Hace unos años leí un libro titulado Física y vida. Se trata de un trabajo con una encomiable vocación divulgativa. En él su autor, el físico Javier Marro, ofrece recursos conceptuales y explicaciones científicas acudiendo al utillaje teórico de la física para que los que no tenemos una formación científica especializada entendamos que algunos de los misterios que entrañan las diversas dimensiones de la realidad –que en esencia es una– se han logrado desentrañar con el trabajo paciente y siempre inadvertido, y casi nunca apreciado, de los investigadores; que al final la clave está en dar con los patrones esenciales a los que están sujetos los modos en los que las cosas ocurren, desde el movimiento de los quarks hasta el transcurso de una manifestación política.
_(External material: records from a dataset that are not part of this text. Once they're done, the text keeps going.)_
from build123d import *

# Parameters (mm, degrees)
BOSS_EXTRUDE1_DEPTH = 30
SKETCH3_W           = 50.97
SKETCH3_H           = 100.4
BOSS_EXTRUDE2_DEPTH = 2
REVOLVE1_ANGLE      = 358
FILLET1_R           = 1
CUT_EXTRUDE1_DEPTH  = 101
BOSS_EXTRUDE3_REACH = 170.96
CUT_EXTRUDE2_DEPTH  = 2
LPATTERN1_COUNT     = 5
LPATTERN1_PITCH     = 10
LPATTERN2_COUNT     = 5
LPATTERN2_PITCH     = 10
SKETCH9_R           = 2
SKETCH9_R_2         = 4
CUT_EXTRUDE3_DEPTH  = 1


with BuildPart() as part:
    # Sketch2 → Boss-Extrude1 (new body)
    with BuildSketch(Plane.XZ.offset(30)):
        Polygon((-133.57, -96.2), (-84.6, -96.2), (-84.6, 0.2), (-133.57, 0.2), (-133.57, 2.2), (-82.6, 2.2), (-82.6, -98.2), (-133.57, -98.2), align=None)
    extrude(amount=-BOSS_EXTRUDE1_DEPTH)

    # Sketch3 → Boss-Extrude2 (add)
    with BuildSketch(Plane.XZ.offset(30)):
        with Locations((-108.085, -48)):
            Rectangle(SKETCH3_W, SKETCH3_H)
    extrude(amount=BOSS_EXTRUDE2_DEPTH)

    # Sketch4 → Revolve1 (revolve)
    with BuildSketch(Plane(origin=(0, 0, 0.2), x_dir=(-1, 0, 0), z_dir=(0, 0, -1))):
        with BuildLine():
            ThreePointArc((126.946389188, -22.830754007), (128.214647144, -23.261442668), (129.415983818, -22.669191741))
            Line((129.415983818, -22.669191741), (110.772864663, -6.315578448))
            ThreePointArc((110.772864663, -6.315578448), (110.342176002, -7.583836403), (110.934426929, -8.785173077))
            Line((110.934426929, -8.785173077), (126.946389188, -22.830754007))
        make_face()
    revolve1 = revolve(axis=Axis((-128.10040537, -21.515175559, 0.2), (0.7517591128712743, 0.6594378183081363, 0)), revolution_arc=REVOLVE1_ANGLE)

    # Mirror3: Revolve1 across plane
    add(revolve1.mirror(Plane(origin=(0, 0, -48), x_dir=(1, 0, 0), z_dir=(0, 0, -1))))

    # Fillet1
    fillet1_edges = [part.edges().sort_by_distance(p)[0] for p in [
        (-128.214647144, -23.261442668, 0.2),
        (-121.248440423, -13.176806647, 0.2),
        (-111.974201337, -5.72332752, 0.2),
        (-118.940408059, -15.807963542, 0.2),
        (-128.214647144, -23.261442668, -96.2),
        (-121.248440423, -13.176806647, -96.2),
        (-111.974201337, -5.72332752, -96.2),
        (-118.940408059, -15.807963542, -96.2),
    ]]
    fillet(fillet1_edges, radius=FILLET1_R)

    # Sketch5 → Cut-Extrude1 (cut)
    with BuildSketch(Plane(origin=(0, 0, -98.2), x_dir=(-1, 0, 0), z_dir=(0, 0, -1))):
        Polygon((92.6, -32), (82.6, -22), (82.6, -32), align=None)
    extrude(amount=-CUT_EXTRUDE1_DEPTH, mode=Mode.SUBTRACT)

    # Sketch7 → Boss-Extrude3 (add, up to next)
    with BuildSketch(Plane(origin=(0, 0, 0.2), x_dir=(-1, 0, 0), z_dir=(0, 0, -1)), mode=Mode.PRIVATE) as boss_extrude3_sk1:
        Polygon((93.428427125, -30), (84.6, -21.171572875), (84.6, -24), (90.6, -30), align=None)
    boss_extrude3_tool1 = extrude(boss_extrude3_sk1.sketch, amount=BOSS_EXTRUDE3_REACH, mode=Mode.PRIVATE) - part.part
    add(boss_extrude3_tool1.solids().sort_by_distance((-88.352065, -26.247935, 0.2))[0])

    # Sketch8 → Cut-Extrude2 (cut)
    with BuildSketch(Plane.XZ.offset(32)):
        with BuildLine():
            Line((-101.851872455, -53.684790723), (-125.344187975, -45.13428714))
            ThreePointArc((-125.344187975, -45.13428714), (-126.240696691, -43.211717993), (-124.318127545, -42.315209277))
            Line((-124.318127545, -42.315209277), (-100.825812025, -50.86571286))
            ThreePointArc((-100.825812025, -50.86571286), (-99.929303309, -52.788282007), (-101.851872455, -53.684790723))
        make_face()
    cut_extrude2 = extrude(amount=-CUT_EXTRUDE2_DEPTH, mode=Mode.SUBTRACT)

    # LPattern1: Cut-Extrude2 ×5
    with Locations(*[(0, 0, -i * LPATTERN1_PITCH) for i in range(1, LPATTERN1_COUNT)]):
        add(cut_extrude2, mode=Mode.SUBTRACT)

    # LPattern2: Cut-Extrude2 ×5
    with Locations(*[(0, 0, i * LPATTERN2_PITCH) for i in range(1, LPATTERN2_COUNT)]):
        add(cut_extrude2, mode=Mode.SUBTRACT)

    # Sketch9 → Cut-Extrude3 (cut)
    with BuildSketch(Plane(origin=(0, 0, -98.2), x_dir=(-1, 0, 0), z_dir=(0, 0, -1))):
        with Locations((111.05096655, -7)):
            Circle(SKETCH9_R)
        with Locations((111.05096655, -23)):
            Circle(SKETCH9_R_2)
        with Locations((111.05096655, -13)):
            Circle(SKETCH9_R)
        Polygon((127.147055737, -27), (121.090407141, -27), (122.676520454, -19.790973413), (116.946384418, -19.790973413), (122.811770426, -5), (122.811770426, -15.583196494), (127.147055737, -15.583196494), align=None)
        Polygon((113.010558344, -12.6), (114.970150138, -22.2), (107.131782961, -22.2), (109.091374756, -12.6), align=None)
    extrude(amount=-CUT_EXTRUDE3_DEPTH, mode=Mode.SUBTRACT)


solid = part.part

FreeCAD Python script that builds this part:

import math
import FreeCAD as App
import Part
import Sketcher
from FreeCAD import Vector
Q = App.Units.Quantity


def edges_at(feature, points):
    """Names of the edges that pass closest to the given points."""
    edges = feature.Shape.Edges
    near = lambda p: min(range(len(edges)), key=lambda i: edges[i].distToShape(Part.Vertex(*p))[0])
    return sorted({f"Edge{near(p) + 1}" for p in points})


def add_polygon(sketch, points):
    """Adds a closed chain of lines whose ends are joined by coincident constraints."""
    first, n = sketch.GeometryCount, len(points)
    for a, b in zip(points, points[1:] + points[:1]):
        sketch.addGeometry(Part.LineSegment(App.Vector(*a, 0), App.Vector(*b, 0)), False)
    for i in range(n):
        sketch.addConstraint(Sketcher.Constraint("Coincident", first + i, 2, first + (i + 1) % n, 1))

doc = App.newDocument("Part")
body = doc.addObject("PartDesign::Body", "Body")

sketch1 = body.newObject("Sketcher::SketchObject", "Sketch")
sketch1.AttachmentSupport = (doc.getObject("XZ_Plane"), [""])
sketch1.MapMode = "FlatFace"
sketch1.AttachmentOffset = App.Placement(Vector(0, 0, 30), App.Rotation())
add_polygon(sketch1, [(-84.6, -96.2), (-133.6, -96.2), (-133.6, -98.2), (-82.6, -98.2), (-82.6, 2.2), (-133.6, 2.2), (-133.6, 0.2), (-84.6, 0.2)])
sketch1.addConstraint(Sketcher.Constraint("Horizontal", 0))
sketch1.addConstraint(Sketcher.Constraint("Vertical", 1))
sketch1.addConstraint(Sketcher.Constraint("Horizontal", 2))
sketch1.addConstraint(Sketcher.Constraint("Vertical", 3))
sketch1.addConstraint(Sketcher.Constraint("Horizontal", 4))
sketch1.addConstraint(Sketcher.Constraint("Vertical", 5))
sketch1.addConstraint(Sketcher.Constraint("Horizontal", 6))
sketch1.addConstraint(Sketcher.Constraint("Vertical", 7))
sketch1.addConstraint(Sketcher.Constraint("Vertical", 1, 2, 4, 2))
sketch1.addConstraint(Sketcher.Constraint("Equal", 1, 5))
sketch1.addConstraint(Sketcher.Constraint("DistanceY", 1, 2, 1, 1, Q("2 mm")))
sketch1.addConstraint(Sketcher.Constraint("DistanceY", 3, 1, 3, 2, Q("100.4 mm")))
sketch1.addConstraint(Sketcher.Constraint("DistanceX", 6, 2, 3, 2, Q("2 mm")))
sketch1.addConstraint(Sketcher.Constraint("DistanceX", 0, 2, 0, 1, Q("48.97 mm")))
sketch1.addConstraint(Sketcher.Constraint("DistanceY", 0, 2, -1, 1, Q("96.2 mm")))
sketch1.addConstraint(Sketcher.Constraint("DistanceX", 2, 2, -1, 1, Q("82.6 mm")))
pad1 = body.newObject("PartDesign::Pad", "Pad")
pad1.Profile = sketch1
pad1.Length = 30
pad1.Reversed = True

sketch2 = body.newObject("Sketcher::SketchObject", "Sketch001")
sketch2.AttachmentSupport = (doc.getObject("XZ_Plane"), [""])
sketch2.MapMode = "FlatFace"
sketch2.AttachmentOffset = App.Placement(Vector(0, 0, 30), App.Rotation())
add_polygon(sketch2, [(-134, 2), (-134, -98), (-83, -98), (-83, 2)])
sketch2.addConstraint(Sketcher.Constraint("Vertical", 0))
sketch2.addConstraint(Sketcher.Constraint("Horizontal", 1))
sketch2.addConstraint(Sketcher.Constraint("Vertical", 2))
sketch2.addConstraint(Sketcher.Constraint("Horizontal", 3))
sketch2.addConstraint(Sketcher.Constraint("DistanceY", 0, 2, 0, 1, Q("100.4 mm")))
sketch2.addConstraint(Sketcher.Constraint("DistanceX", 1, 1, 1, 2, Q("50.97 mm")))
sketch2.addConstraint(Sketcher.Constraint("DistanceY", 0, 2, -1, 1, Q("98.2 mm")))
sketch2.addConstraint(Sketcher.Constraint("DistanceX", 1, 2, -1, 1, Q("82.6 mm")))
pad2 = body.newObject("PartDesign::Pad", "Pad001")
pad2.Profile = sketch2
pad2.Length = 2

sketch3 = body.newObject("Sketcher::SketchObject", "Sketch002")
sketch3.AttachmentSupport = (doc.getObject("XY_Plane"), [""])
sketch3.MapMode = "FlatFace"
sketch3.AttachmentOffset = App.Placement(Vector(0, 0, 0.2), App.Rotation())
sketch3.addGeometry(Part.ArcOfCircle(Part.Circle(Vector(-128.1, -21.5, 0), Vector(0, 0, 1), 1.8), math.radians(-139), math.radians(-49)), False)
sketch3.addGeometry(Part.LineSegment(Vector(-129.4, -22.7, 0), Vector(-110.8, -6.3, 0)), False)
sketch3.addGeometry(Part.ArcOfCircle(Part.Circle(Vector(-112.1, -7.5, 0), Vector(0, 0, 1), 1.8), math.radians(-49), math.radians(41)), False)
sketch3.addGeometry(Part.LineSegment(Vector(-110.9, -8.8, 0), Vector(-126.9, -22.8, 0)), False)
sketch3.addGeometry(Part.LineSegment(Vector(-129.4, -22.7, 0), Vector(-110.8, -6.3, 0)), True)
sketch3.addConstraint(Sketcher.Constraint("Coincident", 0, 1, 1, 1))
sketch3.addConstraint(Sketcher.Constraint("Coincident", 1, 2, 2, 2))
sketch3.addConstraint(Sketcher.Constraint("Tangent", 2, 1, 3, 1))
sketch3.addConstraint(Sketcher.Constraint("Tangent", 3, 2, 0, 2))
sketch3.addConstraint(Sketcher.Constraint("Coincident", 4, 1, 0, 1))
sketch3.addConstraint(Sketcher.Constraint("Coincident", 4, 2, 1, 2))
sketch3.addConstraint(Sketcher.Constraint("Equal", 0, 2))
sketch3.addConstraint(Sketcher.Constraint("Parallel", 1, 3))
sketch3.addConstraint(Sketcher.Constraint("Radius", 0, Q("1.75 mm")))
sketch3.addConstraint(Sketcher.Constraint("DistanceY", 0, 1, -1, 1, Q("22.669192 mm")))
sketch3.addConstraint(Sketcher.Constraint("DistanceY", 1, 2, -1, 1, Q("6.315578 mm")))
sketch3.addConstraint(Sketcher.Constraint("DistanceX", 3, 2, -1, 1, Q("126.946389 mm")))
sketch3.addConstraint(Sketcher.Constraint("DistanceY", 0, 3, 2, 3, Q("14.045581 mm")))
sketch3.addConstraint(Sketcher.Constraint("DistanceX", 0, 1, 0, 3, Q("1.315578 mm")))
revolution = body.newObject("PartDesign::Revolution", "Revolution")
revolution.Profile = sketch3
revolution.ReferenceAxis = (sketch3, ["Axis0"])
revolution.Angle = 358
doc.recompute()

datumplane = body.newObject("PartDesign::Plane", "DatumPlane")
datumplane.AttachmentSupport = (doc.getObject("XY_Plane"), [""])
datumplane.MapMode = "FlatFace"
datumplane.AttachmentOffset = App.Placement(Vector(0, 0, -48), App.Rotation())
mirrored = body.newObject("PartDesign::Mirrored", "Mirrored")
mirrored.Originals = [revolution]
mirrored.MirrorPlane = (datumplane, [""])
body.Tip = mirrored
doc.recompute()

fillet = body.newObject("PartDesign::Fillet", "Fillet")
fillet.Base = (mirrored, edges_at(mirrored, [
    (-128.215, -23.261, 0.2),
    (-121.248, -13.177, 0.2),
    (-111.974, -5.723, 0.2),
    (-118.94, -15.808, 0.2),
    (-128.215, -23.261, -96.2),
    (-121.248, -13.177, -96.2),
    (-111.974, -5.723, -96.2),
    (-118.94, -15.808, -96.2),
]))
fillet.Radius = 1

sketch4 = body.newObject("Sketcher::SketchObject", "Sketch003")
sketch4.AttachmentSupport = (doc.getObject("XY_Plane"), [""])
sketch4.MapMode = "FlatFace"
sketch4.AttachmentOffset = App.Placement(Vector(0, 0, -98.2), App.Rotation())
add_polygon(sketch4, [(-93, -32), (-83, -22), (-83, -32)])
sketch4.addConstraint(Sketcher.Constraint("Vertical", 1))
sketch4.addConstraint(Sketcher.Constraint("Horizontal", 2))
sketch4.addConstraint(Sketcher.Constraint("Equal", 2, 1))
sketch4.addConstraint(Sketcher.Constraint("DistanceX", 2, 2, 2, 1, Q("10 mm")))
sketch4.addConstraint(Sketcher.Constraint("DistanceY", 0, 2, -1, 1, Q("22 mm")))
sketch4.addConstraint(Sketcher.Constraint("DistanceX", 0, 2, -1, 1, Q("82.6 mm")))
pocket1 = body.newObject("PartDesign::Pocket", "Pocket")
pocket1.Profile = sketch4
pocket1.Length = 101
pocket1.Reversed = True

sketch5 = body.newObject("Sketcher::SketchObject", "Sketch004")
sketch5.AttachmentSupport = (doc.getObject("XY_Plane"), [""])
sketch5.MapMode = "FlatFace"
sketch5.AttachmentOffset = App.Placement(Vector(0, 0, 0.2), App.Rotation())
add_polygon(sketch5, [(-93.4, -30), (-84.6, -21.2), (-84.6, -24), (-90.6, -30)])
sketch5.addConstraint(Sketcher.Constraint("Vertical", 1))
sketch5.addConstraint(Sketcher.Constraint("Horizontal", 3))
sketch5.addConstraint(Sketcher.Constraint("Parallel", 0, 2))
sketch5.addConstraint(Sketcher.Constraint("Equal", 3, 1))
sketch5.addConstraint(Sketcher.Constraint("DistanceY", 1, 2, -1, 1, Q("24 mm")))
sketch5.addConstraint(Sketcher.Constraint("DistanceY", 2, 2, -1, 1, Q("30 mm")))
sketch5.addConstraint(Sketcher.Constraint("DistanceX", 0, 2, -1, 1, Q("84.6 mm")))
sketch5.addConstraint(Sketcher.Constraint("Distance", 0, Q("12.485281 mm")))
pad3 = body.newObject("PartDesign::Pad", "Pad002")
pad3.Profile = sketch5
pad3.Type = "UpToFirst"
pad3.Reversed = True

sketch6 = body.newObject("Sketcher::SketchObject", "Sketch005")
sketch6.AttachmentSupport = (doc.getObject("XZ_Plane"), [""])
sketch6.MapMode = "FlatFace"
sketch6.AttachmentOffset = App.Placement(Vector(0, 0, 32), App.Rotation())
sketch6.addGeometry(Part.LineSegment(Vector(-125.3, -45.1, 0), Vector(-101.9, -53.7, 0)), False)
sketch6.addGeometry(Part.ArcOfCircle(Part.Circle(Vector(-101.3, -52.3, 0), Vector(0, 0, 1), 1.5), math.radians(-110), math.radians(70)), False)
sketch6.addGeometry(Part.LineSegment(Vector(-100.8, -50.9, 0), Vector(-124.3, -42.3, 0)), False)
sketch6.addGeometry(Part.ArcOfCircle(Part.Circle(Vector(-124.8, -43.7, 0), Vector(0, 0, 1), 1.5), math.radians(70), math.radians(250)), False)
sketch6.addConstraint(Sketcher.Constraint("Tangent", 0, 2, 1, 1))
sketch6.addConstraint(Sketcher.Constraint("Tangent", 1, 2, 2, 1))
sketch6.addConstraint(Sketcher.Constraint("Tangent", 2, 2, 3, 1))
sketch6.addConstraint(Sketcher.Constraint("Tangent", 3, 2, 0, 1))
sketch6.addConstraint(Sketcher.Constraint("Equal", 1, 3))
sketch6.addConstraint(Sketcher.Constraint("Radius", 1, Q("1.5 mm")))
sketch6.addConstraint(Sketcher.Constraint("Angle", 0, Q("-20 deg")))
Un ejemplo de noción interesante que aporta el autor de Física y vida es la de cambio de fase. Se trata de uno de esos conceptos que sirven para comprender que de lo simple, de pautas físicas elementales, puede surgir espontáneamente lo complejo, la vida. Lo que ocurre en un cambio de fase es algo fascinante, aunque pasa por ordinario para cualquier observador que no lleve puestos los lentes de científico. Ocurre por todas partes en nuestra vida cotidiana. Por ejemplo, cuando ponemos un cazo de agua a hervir. Un litro de agua a presión atmosférica normal apenas cambia de volumen cuando se calienta de 5 grados centígrados a 95 grados, pero crece hasta expandirse por cualquier recipiente, incluso por toda la habitación donde se encuentra, al calentarse por encima de 100 grados, que es el punto de temperatura en el que se produce la transformación de líquido a vapor. Igualmente se da el cambio de fase en la temperatura de 0 grados, cuando el agua en estado líquido, súbitamente, se convierte en otra cosa –porque la llamamos distinto–, en hielo. Y subraya el profesor Marro: «En ambos casos, ejemplos de cambios de fase, hay una propiedad al menos que, espontánea y súbitamente, muestra un cambio enorme, digamos, infinito». Lo enfatiza el autor con la letra cursiva: «infinito». En ese punto exacto, ni antes ni después, el cambio gradual deja paso al cambio radical, y llegado a él ya no hay marcha atrás.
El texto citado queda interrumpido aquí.